Work required |
Return, exactly as written, every line from the first line of the data below through the line that contains "#23=VERTEX_POINT('',#22);".

Working data |
::::

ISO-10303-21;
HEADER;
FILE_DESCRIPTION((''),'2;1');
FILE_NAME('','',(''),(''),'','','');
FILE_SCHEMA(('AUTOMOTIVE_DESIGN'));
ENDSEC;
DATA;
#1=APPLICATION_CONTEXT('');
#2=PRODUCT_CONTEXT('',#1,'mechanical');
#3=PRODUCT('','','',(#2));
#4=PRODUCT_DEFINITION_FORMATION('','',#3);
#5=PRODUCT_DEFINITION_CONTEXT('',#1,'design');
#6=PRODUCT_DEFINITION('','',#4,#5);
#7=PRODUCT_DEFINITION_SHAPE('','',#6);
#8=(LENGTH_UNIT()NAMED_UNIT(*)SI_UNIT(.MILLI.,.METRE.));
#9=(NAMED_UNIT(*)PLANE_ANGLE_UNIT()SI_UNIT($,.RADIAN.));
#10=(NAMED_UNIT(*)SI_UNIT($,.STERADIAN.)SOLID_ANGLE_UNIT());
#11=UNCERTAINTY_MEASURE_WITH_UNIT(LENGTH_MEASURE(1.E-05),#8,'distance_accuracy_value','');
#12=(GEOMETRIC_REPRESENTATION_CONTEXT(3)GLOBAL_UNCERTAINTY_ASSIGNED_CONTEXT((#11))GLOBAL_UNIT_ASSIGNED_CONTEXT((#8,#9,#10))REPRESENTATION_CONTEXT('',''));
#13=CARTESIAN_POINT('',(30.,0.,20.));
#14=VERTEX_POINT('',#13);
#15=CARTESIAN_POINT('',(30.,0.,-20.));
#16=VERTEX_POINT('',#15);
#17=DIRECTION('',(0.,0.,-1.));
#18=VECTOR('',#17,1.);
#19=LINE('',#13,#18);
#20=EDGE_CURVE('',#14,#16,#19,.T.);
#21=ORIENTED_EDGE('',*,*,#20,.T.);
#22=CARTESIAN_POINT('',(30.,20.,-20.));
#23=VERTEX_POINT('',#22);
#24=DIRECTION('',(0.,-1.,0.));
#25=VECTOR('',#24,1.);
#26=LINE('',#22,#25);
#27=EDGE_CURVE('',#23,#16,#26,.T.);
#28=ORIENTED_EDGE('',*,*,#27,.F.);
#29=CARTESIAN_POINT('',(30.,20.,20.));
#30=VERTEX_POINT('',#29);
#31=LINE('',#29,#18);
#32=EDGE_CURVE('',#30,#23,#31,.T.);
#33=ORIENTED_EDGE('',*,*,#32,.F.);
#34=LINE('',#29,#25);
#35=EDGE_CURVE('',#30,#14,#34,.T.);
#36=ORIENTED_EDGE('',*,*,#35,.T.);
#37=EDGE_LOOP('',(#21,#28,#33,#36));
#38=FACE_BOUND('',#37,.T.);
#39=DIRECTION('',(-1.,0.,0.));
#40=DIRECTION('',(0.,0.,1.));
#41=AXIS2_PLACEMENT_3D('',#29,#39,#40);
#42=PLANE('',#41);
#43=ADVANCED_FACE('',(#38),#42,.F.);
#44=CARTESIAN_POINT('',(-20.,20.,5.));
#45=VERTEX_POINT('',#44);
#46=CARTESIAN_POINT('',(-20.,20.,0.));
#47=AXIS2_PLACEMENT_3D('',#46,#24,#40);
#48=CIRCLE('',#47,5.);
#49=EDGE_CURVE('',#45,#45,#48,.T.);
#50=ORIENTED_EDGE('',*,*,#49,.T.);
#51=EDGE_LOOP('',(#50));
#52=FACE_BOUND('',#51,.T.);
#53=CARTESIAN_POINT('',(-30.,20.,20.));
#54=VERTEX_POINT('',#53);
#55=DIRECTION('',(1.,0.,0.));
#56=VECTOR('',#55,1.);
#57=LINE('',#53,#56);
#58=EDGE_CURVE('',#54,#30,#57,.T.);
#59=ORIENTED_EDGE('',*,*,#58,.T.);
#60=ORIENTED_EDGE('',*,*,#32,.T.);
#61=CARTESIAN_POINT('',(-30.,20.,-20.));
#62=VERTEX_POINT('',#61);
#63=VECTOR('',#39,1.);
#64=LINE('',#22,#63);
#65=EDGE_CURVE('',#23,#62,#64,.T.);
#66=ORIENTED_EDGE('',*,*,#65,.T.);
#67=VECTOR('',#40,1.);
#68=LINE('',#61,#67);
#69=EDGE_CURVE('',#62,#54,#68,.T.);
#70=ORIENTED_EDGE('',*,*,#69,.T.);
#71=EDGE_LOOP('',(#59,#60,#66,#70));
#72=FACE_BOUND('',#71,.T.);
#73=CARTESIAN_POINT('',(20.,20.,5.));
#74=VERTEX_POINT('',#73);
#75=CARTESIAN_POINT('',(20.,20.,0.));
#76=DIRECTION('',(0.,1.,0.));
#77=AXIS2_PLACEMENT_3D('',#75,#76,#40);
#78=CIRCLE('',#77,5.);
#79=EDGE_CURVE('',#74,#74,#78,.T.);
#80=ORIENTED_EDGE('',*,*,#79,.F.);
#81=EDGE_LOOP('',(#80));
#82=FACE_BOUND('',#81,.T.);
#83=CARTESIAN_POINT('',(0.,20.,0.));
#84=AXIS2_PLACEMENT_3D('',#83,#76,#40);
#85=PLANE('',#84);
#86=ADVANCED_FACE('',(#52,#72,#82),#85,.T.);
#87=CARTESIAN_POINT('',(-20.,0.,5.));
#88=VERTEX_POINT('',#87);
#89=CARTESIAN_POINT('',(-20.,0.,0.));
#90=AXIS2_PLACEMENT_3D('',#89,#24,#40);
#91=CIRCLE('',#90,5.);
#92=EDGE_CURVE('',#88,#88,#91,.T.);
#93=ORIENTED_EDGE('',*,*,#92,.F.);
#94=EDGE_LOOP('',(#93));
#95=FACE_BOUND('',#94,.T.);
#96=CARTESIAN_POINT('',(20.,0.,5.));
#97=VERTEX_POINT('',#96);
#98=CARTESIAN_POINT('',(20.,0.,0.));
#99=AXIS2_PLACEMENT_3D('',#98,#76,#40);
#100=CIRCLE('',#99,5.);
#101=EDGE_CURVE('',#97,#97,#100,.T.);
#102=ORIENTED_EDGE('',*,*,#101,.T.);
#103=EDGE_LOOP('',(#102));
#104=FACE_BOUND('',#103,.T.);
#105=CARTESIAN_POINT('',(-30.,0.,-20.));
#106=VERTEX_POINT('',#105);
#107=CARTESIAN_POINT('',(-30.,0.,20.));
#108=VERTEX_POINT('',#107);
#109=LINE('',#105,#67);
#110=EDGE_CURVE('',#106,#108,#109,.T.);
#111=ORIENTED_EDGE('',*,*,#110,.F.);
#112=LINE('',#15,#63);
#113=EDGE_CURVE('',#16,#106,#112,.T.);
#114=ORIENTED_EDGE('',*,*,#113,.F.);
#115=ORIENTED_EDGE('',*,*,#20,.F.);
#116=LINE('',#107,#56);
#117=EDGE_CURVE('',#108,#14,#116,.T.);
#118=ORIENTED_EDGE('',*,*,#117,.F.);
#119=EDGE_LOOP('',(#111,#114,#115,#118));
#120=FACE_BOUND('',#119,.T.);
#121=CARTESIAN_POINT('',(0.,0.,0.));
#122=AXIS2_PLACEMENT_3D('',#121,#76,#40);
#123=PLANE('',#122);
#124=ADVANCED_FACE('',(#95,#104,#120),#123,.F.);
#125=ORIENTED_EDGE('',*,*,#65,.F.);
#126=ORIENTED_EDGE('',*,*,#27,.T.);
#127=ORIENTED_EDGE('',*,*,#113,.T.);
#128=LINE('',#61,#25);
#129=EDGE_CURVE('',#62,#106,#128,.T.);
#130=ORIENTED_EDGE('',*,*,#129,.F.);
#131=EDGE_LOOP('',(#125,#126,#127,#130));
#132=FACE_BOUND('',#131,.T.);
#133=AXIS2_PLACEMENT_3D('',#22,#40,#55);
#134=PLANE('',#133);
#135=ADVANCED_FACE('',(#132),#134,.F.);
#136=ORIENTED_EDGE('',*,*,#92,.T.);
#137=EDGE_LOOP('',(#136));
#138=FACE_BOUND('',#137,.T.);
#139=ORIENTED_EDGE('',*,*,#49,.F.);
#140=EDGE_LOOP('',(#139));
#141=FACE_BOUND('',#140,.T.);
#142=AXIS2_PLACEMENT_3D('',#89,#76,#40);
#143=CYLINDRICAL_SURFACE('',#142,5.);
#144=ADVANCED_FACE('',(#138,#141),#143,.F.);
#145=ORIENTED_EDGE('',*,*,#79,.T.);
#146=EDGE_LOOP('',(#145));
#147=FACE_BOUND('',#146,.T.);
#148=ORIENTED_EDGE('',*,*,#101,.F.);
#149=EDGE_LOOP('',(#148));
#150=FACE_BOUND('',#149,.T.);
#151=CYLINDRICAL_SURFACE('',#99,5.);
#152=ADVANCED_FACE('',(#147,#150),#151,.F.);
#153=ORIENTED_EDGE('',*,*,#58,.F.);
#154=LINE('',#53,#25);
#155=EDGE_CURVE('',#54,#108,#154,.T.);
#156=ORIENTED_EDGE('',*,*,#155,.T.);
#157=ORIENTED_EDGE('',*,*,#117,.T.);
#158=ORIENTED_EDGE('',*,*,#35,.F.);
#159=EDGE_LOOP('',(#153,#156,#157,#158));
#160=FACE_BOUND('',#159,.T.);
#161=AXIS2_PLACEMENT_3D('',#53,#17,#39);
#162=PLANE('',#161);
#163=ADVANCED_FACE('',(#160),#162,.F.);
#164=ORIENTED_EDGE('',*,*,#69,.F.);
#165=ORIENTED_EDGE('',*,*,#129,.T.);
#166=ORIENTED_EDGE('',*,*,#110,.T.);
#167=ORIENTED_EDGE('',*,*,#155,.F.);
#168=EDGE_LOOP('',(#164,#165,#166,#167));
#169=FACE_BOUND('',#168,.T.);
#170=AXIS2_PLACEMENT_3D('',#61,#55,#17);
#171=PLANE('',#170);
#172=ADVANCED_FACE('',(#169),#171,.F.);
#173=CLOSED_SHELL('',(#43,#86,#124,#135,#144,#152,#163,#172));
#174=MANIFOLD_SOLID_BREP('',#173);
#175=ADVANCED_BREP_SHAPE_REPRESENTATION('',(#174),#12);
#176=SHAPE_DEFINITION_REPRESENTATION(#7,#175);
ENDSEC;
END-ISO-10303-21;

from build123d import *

# Parameters (mm, degrees)
SKETCH1_W           = 60
SKETCH1_H           = 40
BOSS_EXTRUDE1_DEPTH = 20
SKETCH2_R           = 5
CUT_EXTRUDE1_DEPTH  = 42.231056256


with BuildPart() as part:
    # Sketch1 → Boss-Extrude1 (new body)
    with BuildSketch(Plane(origin=(0, 0, 0), x_dir=(1, 0, 0), z_dir=(0, 1, 0))):
        Rectangle(SKETCH1_W, SKETCH1_H)
    extrude(amount=BOSS_EXTRUDE1_DEPTH)

    # Sketch2 → Cut-Extrude1 (cut, through all)
    with BuildSketch(Plane(origin=(0, 20, 0), x_dir=(1, 0, 0), z_dir=(0, 1, 0))):
        with Locations(Location((20, 0, 0), (0, 0, 270))):
            Circle(SKETCH2_R)
    cut_extrude1 = extrude(amount=-CUT_EXTRUDE1_DEPTH, mode=Mode.SUBTRACT)

    # Mirror1: Cut-Extrude1 across plane
    add(cut_extrude1.mirror(Plane(origin=(0, 0, 0), x_dir=(0, 0, 1), z_dir=(1, 0, 0))), mode=Mode.SUBTRACT)


solid = part.part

::::

Result of the task |
ISO-10303-21;
HEADER;
FILE_DESCRIPTION((''),'2;1');
FILE_NAME('','',(''),(''),'','','');
FILE_SCHEMA(('AUTOMOTIVE_DESIGN'));
ENDSEC;
DATA;
#1=APPLICATION_CONTEXT('');
#2=PRODUCT_CONTEXT('',#1,'mechanical');
#3=PRODUCT('','','',(#2));
#4=PRODUCT_DEFINITION_FORMATION('','',#3);
#5=PRODUCT_DEFINITION_CONTEXT('',#1,'design');
#6=PRODUCT_DEFINITION('','',#4,#5);
#7=PRODUCT_DEFINITION_SHAPE('','',#6);
#8=(LENGTH_UNIT()NAMED_UNIT(*)SI_UNIT(.MILLI.,.METRE.));
#9=(NAMED_UNIT(*)PLANE_ANGLE_UNIT()SI_UNIT($,.RADIAN.));
#10=(NAMED_UNIT(*)SI_UNIT($,.STERADIAN.)SOLID_ANGLE_UNIT());
#11=UNCERTAINTY_MEASURE_WITH_UNIT(LENGTH_MEASURE(1.E-05),#8,'distance_accuracy_value','');
#12=(GEOMETRIC_REPRESENTATION_CONTEXT(3)GLOBAL_UNCERTAINTY_ASSIGNED_CONTEXT((#11))GLOBAL_UNIT_ASSIGNED_CONTEXT((#8,#9,#10))REPRESENTATION_CONTEXT('',''));
#13=CARTESIAN_POINT('',(30.,0.,20.));
#14=VERTEX_POINT('',#13);
#15=CARTESIAN_POINT('',(30.,0.,-20.));
#16=VERTEX_POINT('',#15);
#17=DIRECTION('',(0.,0.,-1.));
#18=VECTOR('',#17,1.);
#19=LINE('',#13,#18);
#20=EDGE_CURVE('',#14,#16,#19,.T.);
#21=ORIENTED_EDGE('',*,*,#20,.T.);
#22=CARTESIAN_POINT('',(30.,20.,-20.));
#23=VERTEX_POINT('',#22);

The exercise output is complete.